Exercise objective: Word for word, retype the first line of the records and every following line through the one containing "#115=CARTESIAN_POINT('',(-9.963472,30.11229,-19.300285));".

Material supplied:

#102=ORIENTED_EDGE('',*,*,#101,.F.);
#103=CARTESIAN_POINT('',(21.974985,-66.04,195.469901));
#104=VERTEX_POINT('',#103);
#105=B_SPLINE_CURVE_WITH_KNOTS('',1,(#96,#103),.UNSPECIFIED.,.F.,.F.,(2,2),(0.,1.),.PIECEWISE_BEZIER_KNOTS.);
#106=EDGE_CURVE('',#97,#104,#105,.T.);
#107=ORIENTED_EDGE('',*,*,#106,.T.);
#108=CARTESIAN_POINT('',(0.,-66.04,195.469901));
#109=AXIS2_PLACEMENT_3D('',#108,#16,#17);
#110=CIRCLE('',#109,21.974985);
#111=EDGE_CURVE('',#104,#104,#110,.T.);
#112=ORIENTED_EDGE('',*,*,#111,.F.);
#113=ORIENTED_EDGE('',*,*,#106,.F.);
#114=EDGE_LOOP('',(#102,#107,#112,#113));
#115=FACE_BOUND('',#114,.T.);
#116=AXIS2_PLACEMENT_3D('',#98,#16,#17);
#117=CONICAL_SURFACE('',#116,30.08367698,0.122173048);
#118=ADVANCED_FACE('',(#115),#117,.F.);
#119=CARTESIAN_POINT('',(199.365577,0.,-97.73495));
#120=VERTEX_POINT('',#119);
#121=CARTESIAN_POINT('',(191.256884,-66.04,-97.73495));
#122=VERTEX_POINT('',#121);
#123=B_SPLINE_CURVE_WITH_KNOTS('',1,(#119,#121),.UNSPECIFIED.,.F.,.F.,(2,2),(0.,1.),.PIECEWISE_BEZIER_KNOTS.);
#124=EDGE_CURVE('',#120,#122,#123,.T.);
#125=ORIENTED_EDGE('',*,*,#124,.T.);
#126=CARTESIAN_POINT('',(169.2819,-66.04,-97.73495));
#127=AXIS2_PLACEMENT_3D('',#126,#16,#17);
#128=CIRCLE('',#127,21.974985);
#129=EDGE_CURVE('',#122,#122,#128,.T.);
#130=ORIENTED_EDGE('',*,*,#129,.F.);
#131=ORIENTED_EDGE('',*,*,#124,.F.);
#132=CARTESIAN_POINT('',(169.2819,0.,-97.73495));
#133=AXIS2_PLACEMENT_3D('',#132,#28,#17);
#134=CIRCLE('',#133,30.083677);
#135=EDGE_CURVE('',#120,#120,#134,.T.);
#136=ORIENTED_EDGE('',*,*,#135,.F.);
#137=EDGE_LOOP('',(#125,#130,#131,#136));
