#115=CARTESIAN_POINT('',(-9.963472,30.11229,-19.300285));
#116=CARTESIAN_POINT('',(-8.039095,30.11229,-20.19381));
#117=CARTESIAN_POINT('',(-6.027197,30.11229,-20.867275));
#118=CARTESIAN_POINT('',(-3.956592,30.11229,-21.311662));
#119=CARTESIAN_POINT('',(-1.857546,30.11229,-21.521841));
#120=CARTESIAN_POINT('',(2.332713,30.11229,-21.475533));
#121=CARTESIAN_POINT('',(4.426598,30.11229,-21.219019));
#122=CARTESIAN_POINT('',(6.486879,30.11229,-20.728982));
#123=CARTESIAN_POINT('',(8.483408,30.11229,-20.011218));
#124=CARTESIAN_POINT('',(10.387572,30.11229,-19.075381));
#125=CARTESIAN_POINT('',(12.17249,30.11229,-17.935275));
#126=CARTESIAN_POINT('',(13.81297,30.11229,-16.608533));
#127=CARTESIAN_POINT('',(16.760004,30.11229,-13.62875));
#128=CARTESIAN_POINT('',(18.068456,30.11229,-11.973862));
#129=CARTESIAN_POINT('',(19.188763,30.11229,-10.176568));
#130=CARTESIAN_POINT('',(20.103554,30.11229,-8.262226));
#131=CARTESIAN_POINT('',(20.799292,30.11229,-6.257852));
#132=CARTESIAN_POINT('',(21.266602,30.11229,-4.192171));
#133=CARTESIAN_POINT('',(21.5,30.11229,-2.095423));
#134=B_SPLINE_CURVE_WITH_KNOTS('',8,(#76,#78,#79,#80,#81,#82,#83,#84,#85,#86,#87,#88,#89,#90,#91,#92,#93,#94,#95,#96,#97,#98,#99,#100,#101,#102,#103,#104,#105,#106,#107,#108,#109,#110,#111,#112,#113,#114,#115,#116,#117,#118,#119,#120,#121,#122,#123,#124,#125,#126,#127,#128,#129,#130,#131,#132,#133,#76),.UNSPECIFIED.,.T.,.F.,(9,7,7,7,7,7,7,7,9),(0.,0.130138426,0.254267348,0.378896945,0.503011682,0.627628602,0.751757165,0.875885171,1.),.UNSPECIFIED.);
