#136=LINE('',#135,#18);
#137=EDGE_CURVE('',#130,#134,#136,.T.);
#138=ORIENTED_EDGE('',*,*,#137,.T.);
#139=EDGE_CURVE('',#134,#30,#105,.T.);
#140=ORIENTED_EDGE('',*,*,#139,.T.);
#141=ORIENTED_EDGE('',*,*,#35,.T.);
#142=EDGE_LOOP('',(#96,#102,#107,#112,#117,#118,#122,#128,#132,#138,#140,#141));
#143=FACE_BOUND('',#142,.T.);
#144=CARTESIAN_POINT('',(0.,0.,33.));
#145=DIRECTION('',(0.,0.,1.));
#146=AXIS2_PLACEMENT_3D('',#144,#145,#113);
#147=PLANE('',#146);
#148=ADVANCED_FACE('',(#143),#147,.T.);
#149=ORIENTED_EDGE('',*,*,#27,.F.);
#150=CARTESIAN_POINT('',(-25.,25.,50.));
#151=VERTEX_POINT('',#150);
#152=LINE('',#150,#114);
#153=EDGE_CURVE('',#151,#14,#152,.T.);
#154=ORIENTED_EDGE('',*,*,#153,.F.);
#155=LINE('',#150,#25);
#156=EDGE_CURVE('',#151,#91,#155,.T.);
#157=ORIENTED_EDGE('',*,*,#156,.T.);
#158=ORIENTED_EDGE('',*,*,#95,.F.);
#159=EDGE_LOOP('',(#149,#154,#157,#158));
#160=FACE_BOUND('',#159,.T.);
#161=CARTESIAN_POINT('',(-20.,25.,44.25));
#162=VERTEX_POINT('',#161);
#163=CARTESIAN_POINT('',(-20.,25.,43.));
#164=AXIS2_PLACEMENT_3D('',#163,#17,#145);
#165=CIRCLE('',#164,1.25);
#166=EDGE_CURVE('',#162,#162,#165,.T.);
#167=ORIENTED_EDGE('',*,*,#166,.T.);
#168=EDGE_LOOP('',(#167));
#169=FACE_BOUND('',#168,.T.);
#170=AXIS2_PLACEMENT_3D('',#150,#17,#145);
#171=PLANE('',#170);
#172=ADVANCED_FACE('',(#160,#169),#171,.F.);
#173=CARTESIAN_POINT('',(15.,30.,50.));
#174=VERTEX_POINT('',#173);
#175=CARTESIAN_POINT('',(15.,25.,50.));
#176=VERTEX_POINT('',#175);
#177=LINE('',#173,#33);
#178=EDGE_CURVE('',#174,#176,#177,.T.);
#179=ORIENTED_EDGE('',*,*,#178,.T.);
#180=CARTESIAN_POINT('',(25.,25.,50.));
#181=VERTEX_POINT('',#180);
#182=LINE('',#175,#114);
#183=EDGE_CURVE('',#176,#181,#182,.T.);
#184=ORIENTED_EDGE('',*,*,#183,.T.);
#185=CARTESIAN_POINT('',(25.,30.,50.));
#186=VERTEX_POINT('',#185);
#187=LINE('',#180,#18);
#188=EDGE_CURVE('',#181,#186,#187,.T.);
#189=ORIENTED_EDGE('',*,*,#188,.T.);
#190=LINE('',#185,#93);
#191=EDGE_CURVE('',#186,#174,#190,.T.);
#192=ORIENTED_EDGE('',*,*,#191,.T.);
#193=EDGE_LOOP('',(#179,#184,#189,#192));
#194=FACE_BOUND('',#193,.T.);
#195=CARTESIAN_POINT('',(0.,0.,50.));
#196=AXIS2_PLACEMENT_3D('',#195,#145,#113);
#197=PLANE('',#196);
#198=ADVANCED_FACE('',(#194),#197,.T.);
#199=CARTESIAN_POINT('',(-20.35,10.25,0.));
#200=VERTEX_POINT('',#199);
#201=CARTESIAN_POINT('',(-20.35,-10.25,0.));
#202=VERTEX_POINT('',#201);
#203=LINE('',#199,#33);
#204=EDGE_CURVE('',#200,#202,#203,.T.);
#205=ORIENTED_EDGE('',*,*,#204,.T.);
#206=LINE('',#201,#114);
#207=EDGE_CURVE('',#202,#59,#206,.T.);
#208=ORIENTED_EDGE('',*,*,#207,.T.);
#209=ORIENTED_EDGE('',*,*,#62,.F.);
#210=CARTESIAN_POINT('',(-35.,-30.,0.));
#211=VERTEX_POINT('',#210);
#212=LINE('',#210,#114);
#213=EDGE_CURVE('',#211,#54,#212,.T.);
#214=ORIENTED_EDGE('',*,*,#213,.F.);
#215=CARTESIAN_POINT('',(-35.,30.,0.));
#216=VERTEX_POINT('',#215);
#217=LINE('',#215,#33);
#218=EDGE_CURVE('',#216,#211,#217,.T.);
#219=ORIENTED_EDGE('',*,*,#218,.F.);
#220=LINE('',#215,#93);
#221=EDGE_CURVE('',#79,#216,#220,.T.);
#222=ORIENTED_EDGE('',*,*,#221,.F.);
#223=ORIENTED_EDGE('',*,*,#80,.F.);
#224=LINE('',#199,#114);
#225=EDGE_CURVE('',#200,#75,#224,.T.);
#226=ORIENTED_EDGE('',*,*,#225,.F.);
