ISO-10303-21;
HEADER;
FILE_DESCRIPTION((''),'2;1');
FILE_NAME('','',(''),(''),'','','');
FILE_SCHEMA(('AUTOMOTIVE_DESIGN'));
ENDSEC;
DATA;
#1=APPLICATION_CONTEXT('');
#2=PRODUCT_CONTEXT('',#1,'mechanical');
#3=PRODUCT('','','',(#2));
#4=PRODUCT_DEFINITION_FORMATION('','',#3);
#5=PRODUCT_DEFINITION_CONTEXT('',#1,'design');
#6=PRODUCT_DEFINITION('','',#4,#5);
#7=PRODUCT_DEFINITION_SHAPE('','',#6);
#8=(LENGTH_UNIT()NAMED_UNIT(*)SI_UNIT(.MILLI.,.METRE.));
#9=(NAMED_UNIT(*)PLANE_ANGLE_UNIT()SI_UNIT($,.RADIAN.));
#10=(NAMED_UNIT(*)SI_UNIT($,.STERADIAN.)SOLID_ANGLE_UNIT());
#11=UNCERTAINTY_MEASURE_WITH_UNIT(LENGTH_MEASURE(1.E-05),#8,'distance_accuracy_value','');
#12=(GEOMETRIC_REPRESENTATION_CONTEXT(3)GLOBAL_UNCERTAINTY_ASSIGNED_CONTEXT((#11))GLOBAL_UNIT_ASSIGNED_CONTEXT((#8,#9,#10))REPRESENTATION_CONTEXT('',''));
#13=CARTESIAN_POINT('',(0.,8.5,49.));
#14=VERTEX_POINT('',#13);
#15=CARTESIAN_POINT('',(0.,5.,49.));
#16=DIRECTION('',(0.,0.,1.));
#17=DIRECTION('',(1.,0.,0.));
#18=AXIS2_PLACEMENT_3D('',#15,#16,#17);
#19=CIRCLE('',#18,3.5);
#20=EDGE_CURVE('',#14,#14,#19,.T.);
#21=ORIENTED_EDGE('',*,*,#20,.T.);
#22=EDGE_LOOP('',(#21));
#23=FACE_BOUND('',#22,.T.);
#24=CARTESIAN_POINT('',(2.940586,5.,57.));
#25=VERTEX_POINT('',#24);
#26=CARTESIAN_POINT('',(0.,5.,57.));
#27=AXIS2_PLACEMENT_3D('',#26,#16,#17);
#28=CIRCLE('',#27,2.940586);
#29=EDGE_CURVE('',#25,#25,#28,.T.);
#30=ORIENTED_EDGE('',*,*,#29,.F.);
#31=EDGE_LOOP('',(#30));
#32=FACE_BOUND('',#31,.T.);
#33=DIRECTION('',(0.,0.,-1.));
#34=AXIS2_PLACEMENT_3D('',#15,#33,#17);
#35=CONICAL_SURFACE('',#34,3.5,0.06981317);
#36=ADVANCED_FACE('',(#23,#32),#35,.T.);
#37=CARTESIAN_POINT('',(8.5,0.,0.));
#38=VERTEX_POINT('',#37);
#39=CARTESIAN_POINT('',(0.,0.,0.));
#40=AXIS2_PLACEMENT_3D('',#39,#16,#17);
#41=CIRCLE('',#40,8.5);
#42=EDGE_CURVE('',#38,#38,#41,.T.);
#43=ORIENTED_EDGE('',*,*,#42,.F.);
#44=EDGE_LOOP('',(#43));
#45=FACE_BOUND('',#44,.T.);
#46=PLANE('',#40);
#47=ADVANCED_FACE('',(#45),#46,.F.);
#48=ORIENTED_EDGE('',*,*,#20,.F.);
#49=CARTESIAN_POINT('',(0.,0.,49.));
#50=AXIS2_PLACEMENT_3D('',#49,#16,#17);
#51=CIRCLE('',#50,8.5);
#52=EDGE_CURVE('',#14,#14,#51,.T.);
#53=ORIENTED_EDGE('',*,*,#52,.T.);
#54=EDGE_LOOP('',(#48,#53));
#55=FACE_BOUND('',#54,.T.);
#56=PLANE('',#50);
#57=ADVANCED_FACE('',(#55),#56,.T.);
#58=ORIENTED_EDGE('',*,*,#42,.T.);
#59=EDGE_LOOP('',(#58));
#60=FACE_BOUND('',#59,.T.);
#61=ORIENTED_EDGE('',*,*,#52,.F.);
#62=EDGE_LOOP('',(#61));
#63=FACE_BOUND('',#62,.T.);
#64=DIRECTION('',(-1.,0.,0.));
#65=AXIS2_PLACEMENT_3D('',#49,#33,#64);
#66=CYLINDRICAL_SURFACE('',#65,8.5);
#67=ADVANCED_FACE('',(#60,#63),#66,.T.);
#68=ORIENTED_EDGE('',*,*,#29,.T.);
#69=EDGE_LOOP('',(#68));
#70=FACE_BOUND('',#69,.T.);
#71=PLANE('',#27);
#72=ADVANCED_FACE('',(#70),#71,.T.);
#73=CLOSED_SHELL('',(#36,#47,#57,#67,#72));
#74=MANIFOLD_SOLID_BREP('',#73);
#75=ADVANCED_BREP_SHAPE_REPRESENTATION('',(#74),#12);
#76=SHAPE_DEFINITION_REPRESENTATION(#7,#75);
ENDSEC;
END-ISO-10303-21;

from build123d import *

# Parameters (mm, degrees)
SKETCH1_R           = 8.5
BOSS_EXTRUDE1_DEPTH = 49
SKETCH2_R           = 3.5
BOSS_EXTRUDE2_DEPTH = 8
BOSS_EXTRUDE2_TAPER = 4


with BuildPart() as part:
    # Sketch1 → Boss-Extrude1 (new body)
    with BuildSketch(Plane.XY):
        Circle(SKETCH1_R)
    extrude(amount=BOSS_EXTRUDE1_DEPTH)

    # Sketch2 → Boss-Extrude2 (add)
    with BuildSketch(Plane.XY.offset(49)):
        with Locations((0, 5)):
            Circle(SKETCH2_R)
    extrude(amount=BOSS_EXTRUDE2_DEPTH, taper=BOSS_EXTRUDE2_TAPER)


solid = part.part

Response to this exercise:
#102=ORIENTED_EDGE('',*,*,#101,.F.);
#103=CARTESIAN_POINT('',(21.974985,-66.04,195.469901));
#104=VERTEX_POINT('',#103);
#105=B_SPLINE_CURVE_WITH_KNOTS('',1,(#96,#103),.UNSPECIFIED.,.F.,.F.,(2,2),(0.,1.),.PIECEWISE_BEZIER_KNOTS.);
#106=EDGE_CURVE('',#97,#104,#105,.T.);
#107=ORIENTED_EDGE('',*,*,#106,.T.);
#108=CARTESIAN_POINT('',(0.,-66.04,195.469901));
#109=AXIS2_PLACEMENT_3D('',#108,#16,#17);
#110=CIRCLE('',#109,21.974985);
#111=EDGE_CURVE('',#104,#104,#110,.T.);
#112=ORIENTED_EDGE('',*,*,#111,.F.);
#113=ORIENTED_EDGE('',*,*,#106,.F.);
#114=EDGE_LOOP('',(#102,#107,#112,#113));
#115=FACE_BOUND('',#114,.T.);
#116=AXIS2_PLACEMENT_3D('',#98,#16,#17);
#117=CONICAL_SURFACE('',#116,30.08367698,0.122173048);
#118=ADVANCED_FACE('',(#115),#117,.F.);
#119=CARTESIAN_POINT('',(199.365577,0.,-97.73495));
#120=VERTEX_POINT('',#119);
#121=CARTESIAN_POINT('',(191.256884,-66.04,-97.73495));
#122=VERTEX_POINT('',#121);
#123=B_SPLINE_CURVE_WITH_KNOTS('',1,(#119,#121),.UNSPECIFIED.,.F.,.F.,(2,2),(0.,1.),.PIECEWISE_BEZIER_KNOTS.);
#124=EDGE_CURVE('',#120,#122,#123,.T.);
#125=ORIENTED_EDGE('',*,*,#124,.T.);
#126=CARTESIAN_POINT('',(169.2819,-66.04,-97.73495));
#127=AXIS2_PLACEMENT_3D('',#126,#16,#17);
#128=CIRCLE('',#127,21.974985);
#129=EDGE_CURVE('',#122,#122,#128,.T.);
#130=ORIENTED_EDGE('',*,*,#129,.F.);
#131=ORIENTED_EDGE('',*,*,#124,.F.);
#132=CARTESIAN_POINT('',(169.2819,0.,-97.73495));
#133=AXIS2_PLACEMENT_3D('',#132,#28,#17);
#134=CIRCLE('',#133,30.083677);
#135=EDGE_CURVE('',#120,#120,#134,.T.);
#136=ORIENTED_EDGE('',*,*,#135,.F.);
#137=EDGE_LOOP('',(#125,#130,#131,#136));
#115=CARTESIAN_POINT('',(-9.963472,30.11229,-19.300285));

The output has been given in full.